#### Aim of the exercise
Starting at the line below holding "v 5 -153.75 5" and stopping at the line holding "v -0.834 95.339 0", print every line exactly, both ends included, and leave the rest out.

#### Stored items
◆ ◆ ◆ ◆ ◆ ◆ ◆

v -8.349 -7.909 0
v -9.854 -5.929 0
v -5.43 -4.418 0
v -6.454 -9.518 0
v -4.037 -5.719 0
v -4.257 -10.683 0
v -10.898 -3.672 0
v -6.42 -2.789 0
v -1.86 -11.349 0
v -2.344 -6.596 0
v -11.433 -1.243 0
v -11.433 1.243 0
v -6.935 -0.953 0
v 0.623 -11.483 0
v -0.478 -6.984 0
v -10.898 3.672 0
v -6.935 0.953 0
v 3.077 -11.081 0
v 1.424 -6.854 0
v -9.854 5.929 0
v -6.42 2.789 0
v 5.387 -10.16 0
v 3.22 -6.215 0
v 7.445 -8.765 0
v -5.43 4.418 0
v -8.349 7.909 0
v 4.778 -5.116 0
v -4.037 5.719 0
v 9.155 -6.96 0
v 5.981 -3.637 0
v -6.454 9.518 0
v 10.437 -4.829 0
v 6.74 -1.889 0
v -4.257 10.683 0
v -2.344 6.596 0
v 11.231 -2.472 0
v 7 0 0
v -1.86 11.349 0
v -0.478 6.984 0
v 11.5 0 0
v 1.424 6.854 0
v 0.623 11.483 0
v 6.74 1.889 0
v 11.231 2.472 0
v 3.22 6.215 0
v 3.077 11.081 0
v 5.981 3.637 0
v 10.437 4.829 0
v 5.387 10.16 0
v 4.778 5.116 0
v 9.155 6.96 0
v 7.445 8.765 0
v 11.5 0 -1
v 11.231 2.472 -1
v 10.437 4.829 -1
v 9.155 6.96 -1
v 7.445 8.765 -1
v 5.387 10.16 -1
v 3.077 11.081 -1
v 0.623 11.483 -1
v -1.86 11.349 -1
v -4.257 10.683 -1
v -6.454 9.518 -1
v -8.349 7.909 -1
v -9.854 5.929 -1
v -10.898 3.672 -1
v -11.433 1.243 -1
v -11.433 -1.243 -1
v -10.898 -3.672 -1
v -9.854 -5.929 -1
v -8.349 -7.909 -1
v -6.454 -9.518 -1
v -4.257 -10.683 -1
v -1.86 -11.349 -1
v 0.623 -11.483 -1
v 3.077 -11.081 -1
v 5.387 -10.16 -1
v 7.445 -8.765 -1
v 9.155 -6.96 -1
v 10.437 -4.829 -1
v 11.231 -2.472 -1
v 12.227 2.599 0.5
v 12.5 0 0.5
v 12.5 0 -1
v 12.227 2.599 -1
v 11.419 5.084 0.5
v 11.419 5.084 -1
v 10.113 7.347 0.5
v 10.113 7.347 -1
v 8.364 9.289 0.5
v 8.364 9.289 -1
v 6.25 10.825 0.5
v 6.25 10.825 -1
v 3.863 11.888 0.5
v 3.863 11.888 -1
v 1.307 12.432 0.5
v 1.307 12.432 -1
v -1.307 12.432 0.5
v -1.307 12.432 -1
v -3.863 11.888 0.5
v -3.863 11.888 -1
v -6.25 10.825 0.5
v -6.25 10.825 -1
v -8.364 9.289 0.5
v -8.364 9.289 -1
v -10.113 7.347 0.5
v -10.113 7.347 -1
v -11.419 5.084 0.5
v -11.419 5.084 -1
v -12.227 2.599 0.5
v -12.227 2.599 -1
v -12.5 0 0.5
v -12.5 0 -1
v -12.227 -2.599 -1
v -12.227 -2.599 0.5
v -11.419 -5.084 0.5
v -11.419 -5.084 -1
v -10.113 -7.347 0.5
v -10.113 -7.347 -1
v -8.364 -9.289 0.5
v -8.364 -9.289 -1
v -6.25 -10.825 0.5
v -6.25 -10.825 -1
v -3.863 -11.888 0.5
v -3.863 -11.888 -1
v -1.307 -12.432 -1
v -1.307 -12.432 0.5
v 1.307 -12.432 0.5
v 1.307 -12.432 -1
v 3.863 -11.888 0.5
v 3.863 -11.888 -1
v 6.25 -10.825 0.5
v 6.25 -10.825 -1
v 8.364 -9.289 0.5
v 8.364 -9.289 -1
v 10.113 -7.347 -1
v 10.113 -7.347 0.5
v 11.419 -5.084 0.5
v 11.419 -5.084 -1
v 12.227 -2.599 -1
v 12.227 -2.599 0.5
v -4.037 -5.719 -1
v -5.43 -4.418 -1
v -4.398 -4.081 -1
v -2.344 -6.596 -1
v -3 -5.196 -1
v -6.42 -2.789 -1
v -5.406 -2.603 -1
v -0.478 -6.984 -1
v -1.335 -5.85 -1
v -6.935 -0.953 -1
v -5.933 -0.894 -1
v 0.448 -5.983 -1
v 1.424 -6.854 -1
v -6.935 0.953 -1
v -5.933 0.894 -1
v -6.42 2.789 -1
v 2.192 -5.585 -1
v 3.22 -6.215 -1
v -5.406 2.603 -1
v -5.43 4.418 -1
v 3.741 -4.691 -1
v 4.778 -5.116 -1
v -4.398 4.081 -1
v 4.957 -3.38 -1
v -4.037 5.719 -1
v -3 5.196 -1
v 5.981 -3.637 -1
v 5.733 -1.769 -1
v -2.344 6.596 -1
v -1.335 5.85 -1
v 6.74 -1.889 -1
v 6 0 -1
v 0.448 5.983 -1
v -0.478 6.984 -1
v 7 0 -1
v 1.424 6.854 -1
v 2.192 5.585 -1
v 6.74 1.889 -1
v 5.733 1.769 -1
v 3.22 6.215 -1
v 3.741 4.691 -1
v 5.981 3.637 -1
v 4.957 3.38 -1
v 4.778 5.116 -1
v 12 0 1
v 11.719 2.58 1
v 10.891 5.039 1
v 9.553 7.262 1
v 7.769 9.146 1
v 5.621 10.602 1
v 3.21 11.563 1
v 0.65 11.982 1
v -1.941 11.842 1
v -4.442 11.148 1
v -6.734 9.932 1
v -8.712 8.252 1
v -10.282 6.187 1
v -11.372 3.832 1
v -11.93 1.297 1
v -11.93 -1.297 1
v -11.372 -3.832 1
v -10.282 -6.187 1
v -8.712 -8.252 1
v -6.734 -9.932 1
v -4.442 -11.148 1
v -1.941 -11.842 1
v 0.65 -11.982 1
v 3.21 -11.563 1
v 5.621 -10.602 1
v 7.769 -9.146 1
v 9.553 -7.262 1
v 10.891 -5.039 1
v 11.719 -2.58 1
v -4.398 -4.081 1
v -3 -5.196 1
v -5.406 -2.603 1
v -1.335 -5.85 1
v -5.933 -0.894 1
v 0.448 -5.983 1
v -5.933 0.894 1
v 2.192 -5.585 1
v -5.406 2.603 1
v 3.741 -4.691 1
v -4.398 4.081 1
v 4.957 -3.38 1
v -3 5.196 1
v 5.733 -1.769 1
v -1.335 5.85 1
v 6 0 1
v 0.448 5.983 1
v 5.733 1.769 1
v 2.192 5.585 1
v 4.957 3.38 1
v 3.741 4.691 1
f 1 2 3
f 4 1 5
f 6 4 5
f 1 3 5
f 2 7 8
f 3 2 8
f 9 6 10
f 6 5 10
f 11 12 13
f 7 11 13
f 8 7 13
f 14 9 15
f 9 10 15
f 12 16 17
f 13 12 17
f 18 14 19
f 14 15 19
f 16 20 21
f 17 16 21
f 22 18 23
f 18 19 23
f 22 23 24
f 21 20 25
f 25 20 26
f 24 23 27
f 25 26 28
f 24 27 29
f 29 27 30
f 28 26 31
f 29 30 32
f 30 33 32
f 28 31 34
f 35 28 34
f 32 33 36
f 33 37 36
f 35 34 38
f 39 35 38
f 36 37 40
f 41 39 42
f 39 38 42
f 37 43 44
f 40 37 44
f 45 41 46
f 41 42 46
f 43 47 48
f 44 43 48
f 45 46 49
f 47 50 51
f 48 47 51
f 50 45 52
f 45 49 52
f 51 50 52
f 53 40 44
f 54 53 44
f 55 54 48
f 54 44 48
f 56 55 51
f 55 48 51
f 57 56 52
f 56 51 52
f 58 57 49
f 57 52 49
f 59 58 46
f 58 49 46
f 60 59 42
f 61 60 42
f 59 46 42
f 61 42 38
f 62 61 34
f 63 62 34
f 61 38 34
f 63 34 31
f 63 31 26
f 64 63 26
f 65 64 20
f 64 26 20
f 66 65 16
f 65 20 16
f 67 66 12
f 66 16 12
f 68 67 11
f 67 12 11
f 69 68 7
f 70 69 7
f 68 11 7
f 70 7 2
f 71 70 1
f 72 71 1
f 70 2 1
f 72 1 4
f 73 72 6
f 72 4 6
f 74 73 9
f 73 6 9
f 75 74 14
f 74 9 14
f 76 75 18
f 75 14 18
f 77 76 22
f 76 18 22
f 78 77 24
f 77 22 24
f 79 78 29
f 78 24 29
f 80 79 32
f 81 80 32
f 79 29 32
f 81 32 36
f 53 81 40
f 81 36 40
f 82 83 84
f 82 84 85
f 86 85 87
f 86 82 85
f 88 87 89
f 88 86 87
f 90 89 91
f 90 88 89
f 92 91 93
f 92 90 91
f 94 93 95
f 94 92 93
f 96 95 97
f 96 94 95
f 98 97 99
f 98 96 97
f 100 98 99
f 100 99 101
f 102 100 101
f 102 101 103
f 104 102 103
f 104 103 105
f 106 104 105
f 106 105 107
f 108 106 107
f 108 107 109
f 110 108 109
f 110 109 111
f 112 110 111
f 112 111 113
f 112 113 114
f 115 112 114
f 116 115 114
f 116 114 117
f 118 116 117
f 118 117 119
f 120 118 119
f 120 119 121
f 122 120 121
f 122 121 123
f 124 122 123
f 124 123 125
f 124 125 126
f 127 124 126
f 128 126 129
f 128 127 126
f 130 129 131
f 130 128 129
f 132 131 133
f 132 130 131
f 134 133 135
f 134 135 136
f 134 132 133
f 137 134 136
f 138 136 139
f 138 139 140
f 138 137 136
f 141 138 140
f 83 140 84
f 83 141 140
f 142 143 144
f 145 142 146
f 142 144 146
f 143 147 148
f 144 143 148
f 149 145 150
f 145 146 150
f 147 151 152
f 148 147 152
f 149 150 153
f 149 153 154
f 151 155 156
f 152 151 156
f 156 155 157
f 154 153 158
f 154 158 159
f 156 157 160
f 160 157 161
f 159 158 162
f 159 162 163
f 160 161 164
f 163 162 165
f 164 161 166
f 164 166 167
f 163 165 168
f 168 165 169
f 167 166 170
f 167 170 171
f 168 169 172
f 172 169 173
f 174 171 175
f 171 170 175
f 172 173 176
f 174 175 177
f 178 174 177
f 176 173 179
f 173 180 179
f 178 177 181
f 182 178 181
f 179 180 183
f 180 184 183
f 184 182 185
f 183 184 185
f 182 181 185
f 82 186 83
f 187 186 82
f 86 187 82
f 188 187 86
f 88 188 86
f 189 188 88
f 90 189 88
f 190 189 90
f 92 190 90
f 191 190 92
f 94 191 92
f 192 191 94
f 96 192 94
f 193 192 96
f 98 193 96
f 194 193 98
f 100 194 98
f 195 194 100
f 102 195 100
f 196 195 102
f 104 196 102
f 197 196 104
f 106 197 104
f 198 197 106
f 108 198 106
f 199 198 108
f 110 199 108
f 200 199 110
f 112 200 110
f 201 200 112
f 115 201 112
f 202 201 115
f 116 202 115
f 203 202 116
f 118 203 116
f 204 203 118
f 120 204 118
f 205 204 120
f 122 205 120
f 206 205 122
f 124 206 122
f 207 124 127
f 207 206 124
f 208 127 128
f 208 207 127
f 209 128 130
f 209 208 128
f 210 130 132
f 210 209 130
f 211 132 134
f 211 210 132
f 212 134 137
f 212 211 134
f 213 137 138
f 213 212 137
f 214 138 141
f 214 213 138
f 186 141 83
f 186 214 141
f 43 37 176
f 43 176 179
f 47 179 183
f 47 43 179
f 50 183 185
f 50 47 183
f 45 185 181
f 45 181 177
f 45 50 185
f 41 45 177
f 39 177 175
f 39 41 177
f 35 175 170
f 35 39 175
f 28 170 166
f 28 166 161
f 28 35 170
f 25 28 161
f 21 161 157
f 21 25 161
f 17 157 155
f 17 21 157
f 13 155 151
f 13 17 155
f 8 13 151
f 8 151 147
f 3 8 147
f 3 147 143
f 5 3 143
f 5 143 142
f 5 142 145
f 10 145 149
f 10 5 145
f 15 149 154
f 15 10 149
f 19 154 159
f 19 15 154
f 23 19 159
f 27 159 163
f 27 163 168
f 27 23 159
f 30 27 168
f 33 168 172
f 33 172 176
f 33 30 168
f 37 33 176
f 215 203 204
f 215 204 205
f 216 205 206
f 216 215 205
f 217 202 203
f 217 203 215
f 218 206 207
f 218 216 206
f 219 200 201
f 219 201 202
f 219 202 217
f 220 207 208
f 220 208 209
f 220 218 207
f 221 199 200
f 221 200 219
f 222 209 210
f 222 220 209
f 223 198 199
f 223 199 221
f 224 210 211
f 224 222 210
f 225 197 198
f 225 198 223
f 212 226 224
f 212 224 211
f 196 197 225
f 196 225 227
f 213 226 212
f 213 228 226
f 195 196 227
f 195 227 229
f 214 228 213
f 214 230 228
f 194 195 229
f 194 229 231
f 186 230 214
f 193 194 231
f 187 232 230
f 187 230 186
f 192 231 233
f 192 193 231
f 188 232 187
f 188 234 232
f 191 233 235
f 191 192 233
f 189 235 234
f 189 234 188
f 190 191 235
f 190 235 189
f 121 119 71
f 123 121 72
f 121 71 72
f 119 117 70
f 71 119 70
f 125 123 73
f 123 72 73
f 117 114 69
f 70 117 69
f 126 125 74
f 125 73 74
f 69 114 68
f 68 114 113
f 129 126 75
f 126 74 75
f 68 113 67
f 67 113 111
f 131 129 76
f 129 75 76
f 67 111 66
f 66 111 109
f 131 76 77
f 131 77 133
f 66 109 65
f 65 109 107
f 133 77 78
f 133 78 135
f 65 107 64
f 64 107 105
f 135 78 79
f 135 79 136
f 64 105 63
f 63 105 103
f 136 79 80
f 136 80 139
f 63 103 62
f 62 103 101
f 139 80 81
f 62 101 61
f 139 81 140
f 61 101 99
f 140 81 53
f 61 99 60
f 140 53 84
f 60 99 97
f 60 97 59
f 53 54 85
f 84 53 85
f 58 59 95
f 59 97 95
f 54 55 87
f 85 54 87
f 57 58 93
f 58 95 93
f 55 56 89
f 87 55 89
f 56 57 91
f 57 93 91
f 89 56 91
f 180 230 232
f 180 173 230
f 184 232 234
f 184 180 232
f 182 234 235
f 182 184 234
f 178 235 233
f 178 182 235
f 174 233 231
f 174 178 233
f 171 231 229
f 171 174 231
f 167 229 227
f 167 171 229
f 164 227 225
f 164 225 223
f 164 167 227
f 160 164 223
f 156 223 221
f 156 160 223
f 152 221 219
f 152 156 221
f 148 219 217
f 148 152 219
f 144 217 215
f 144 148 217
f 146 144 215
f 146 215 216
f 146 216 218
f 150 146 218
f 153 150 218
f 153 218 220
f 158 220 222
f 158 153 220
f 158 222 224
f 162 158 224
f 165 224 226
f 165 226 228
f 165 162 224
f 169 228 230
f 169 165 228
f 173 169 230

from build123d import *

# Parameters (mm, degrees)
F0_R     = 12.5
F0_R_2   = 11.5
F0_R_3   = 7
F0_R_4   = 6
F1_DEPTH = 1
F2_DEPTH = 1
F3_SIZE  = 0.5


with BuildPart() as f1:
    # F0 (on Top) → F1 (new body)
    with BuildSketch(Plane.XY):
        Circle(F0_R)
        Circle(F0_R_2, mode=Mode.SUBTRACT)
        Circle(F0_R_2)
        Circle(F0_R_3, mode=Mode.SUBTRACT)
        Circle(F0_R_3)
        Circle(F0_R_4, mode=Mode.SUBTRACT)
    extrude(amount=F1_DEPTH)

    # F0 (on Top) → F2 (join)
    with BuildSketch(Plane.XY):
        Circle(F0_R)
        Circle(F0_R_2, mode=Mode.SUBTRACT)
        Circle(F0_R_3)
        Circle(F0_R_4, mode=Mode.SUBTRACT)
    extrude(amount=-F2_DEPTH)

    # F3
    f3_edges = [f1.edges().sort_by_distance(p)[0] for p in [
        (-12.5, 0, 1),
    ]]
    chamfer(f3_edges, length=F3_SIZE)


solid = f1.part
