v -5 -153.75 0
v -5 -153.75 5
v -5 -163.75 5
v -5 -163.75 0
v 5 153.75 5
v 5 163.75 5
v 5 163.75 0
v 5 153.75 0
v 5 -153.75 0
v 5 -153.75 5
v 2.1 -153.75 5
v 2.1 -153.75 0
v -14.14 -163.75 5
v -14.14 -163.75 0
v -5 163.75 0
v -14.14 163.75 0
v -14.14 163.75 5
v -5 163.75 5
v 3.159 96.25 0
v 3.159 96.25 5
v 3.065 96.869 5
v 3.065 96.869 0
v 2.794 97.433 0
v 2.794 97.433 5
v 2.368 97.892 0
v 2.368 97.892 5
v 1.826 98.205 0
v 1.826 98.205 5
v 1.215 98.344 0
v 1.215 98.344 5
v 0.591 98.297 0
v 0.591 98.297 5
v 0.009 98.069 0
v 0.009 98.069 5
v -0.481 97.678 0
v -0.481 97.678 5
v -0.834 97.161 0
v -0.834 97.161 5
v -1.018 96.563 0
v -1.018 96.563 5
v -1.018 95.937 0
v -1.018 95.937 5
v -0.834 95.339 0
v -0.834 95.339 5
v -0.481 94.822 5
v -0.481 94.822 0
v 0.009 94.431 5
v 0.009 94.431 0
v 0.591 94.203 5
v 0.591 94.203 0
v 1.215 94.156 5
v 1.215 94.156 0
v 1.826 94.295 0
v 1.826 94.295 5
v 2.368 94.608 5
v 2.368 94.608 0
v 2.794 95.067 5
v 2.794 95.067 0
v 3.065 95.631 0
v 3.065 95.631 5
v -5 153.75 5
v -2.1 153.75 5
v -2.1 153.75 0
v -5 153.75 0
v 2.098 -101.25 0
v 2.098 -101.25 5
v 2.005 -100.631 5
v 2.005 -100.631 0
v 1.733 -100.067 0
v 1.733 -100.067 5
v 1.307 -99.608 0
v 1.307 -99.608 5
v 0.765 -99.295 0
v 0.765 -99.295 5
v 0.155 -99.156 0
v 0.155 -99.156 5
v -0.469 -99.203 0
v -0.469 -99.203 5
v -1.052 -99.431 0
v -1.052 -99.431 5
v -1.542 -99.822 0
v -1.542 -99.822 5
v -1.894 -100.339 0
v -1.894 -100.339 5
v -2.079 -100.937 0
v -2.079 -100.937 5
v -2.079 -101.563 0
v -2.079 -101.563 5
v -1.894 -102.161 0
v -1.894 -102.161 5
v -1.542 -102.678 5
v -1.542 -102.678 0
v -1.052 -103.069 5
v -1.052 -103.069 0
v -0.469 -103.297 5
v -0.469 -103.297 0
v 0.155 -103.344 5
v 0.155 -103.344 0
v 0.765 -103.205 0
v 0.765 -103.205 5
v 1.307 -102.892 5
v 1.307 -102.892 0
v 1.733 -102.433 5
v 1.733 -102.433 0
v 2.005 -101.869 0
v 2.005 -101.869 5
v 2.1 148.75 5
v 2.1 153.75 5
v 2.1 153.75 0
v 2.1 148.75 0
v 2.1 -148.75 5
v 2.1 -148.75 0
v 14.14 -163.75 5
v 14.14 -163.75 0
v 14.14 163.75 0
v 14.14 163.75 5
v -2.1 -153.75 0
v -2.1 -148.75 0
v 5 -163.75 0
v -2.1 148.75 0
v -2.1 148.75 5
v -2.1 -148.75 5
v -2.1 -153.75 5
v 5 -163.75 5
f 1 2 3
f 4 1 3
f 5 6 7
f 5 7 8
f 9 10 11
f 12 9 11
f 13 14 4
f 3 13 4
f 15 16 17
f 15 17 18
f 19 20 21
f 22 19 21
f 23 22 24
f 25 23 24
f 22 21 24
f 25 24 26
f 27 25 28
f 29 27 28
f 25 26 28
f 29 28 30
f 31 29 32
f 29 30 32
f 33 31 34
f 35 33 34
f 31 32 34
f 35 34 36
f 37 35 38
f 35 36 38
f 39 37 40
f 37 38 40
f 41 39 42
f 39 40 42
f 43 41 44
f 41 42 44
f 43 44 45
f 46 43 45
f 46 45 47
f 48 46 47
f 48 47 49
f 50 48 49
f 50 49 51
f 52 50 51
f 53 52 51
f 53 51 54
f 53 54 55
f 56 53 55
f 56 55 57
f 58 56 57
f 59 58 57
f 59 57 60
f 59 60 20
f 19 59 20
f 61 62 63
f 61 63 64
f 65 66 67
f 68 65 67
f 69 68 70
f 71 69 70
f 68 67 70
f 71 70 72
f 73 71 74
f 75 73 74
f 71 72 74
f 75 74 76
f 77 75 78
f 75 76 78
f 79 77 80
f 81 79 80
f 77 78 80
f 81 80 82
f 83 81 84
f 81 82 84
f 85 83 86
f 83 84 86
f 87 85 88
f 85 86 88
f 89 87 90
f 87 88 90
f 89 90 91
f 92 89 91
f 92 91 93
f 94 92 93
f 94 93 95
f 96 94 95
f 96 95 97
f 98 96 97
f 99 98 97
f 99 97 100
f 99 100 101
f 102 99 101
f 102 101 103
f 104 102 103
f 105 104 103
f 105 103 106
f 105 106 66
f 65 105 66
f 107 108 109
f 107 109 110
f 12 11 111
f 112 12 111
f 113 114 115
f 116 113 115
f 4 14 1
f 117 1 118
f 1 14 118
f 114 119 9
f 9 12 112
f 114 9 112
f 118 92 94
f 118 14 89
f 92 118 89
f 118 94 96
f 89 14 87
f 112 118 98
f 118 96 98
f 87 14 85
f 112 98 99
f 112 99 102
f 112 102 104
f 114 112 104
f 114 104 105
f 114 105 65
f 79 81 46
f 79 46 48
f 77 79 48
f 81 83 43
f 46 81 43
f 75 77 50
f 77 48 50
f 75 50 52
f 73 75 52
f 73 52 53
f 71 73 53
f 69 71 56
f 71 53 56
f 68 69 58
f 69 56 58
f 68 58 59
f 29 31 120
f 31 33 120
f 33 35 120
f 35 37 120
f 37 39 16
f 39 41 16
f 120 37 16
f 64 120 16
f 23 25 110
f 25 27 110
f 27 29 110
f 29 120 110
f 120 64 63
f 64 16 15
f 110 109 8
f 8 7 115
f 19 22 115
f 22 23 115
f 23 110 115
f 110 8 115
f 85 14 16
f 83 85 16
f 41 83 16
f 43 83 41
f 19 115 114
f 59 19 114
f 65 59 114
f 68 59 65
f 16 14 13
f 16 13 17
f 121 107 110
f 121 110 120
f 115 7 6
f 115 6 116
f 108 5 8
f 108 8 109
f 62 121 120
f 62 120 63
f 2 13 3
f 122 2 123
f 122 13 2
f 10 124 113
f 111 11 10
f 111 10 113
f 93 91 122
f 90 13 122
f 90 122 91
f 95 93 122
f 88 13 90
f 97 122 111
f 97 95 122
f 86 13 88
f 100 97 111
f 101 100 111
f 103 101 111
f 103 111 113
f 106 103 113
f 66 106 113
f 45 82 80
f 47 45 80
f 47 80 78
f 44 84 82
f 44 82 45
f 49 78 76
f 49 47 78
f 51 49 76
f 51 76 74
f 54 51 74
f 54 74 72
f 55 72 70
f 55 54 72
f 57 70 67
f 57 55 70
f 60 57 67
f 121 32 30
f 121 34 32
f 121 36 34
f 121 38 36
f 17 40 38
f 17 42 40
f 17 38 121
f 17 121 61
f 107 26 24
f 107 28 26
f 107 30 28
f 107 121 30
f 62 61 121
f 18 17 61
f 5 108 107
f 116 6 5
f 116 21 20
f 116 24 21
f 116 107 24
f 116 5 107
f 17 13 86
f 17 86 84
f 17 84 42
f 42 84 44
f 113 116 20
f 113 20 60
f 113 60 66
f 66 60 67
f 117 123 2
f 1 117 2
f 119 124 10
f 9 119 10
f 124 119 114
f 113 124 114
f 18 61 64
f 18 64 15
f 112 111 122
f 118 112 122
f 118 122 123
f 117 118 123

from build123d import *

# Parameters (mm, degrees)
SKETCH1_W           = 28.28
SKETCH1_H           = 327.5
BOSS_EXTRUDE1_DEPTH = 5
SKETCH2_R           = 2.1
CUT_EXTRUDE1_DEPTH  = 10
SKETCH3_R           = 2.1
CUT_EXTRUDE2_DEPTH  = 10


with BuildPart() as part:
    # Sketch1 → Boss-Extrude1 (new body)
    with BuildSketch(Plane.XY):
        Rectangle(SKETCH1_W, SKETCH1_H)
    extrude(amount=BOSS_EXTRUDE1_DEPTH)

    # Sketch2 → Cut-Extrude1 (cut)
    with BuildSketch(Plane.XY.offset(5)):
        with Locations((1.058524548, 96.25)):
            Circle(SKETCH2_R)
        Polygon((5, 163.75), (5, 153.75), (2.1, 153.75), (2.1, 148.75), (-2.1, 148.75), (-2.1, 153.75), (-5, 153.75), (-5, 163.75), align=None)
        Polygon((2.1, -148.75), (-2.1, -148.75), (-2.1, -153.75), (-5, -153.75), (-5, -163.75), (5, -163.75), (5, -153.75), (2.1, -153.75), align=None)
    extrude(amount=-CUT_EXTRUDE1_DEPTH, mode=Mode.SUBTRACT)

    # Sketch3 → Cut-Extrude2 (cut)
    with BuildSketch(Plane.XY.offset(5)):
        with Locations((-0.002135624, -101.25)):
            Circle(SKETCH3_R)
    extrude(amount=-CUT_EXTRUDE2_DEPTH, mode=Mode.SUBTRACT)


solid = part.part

◆ ◆ ◆ ◆ ◆ ◆ ◆

#### Answer for the task
v 5 -153.75 5
v 2.1 -153.75 5
v 2.1 -153.75 0
v -14.14 -163.75 5
v -14.14 -163.75 0
v -5 163.75 0
v -14.14 163.75 0
v -14.14 163.75 5
v -5 163.75 5
v 3.159 96.25 0
v 3.159 96.25 5
v 3.065 96.869 5
v 3.065 96.869 0
v 2.794 97.433 0
v 2.794 97.433 5
v 2.368 97.892 0
v 2.368 97.892 5
v 1.826 98.205 0
v 1.826 98.205 5
v 1.215 98.344 0
v 1.215 98.344 5
v 0.591 98.297 0
v 0.591 98.297 5
v 0.009 98.069 0
v 0.009 98.069 5
v -0.481 97.678 0
v -0.481 97.678 5
v -0.834 97.161 0
v -0.834 97.161 5
v -1.018 96.563 0
v -1.018 96.563 5
v -1.018 95.937 0
v -1.018 95.937 5
v -0.834 95.339 0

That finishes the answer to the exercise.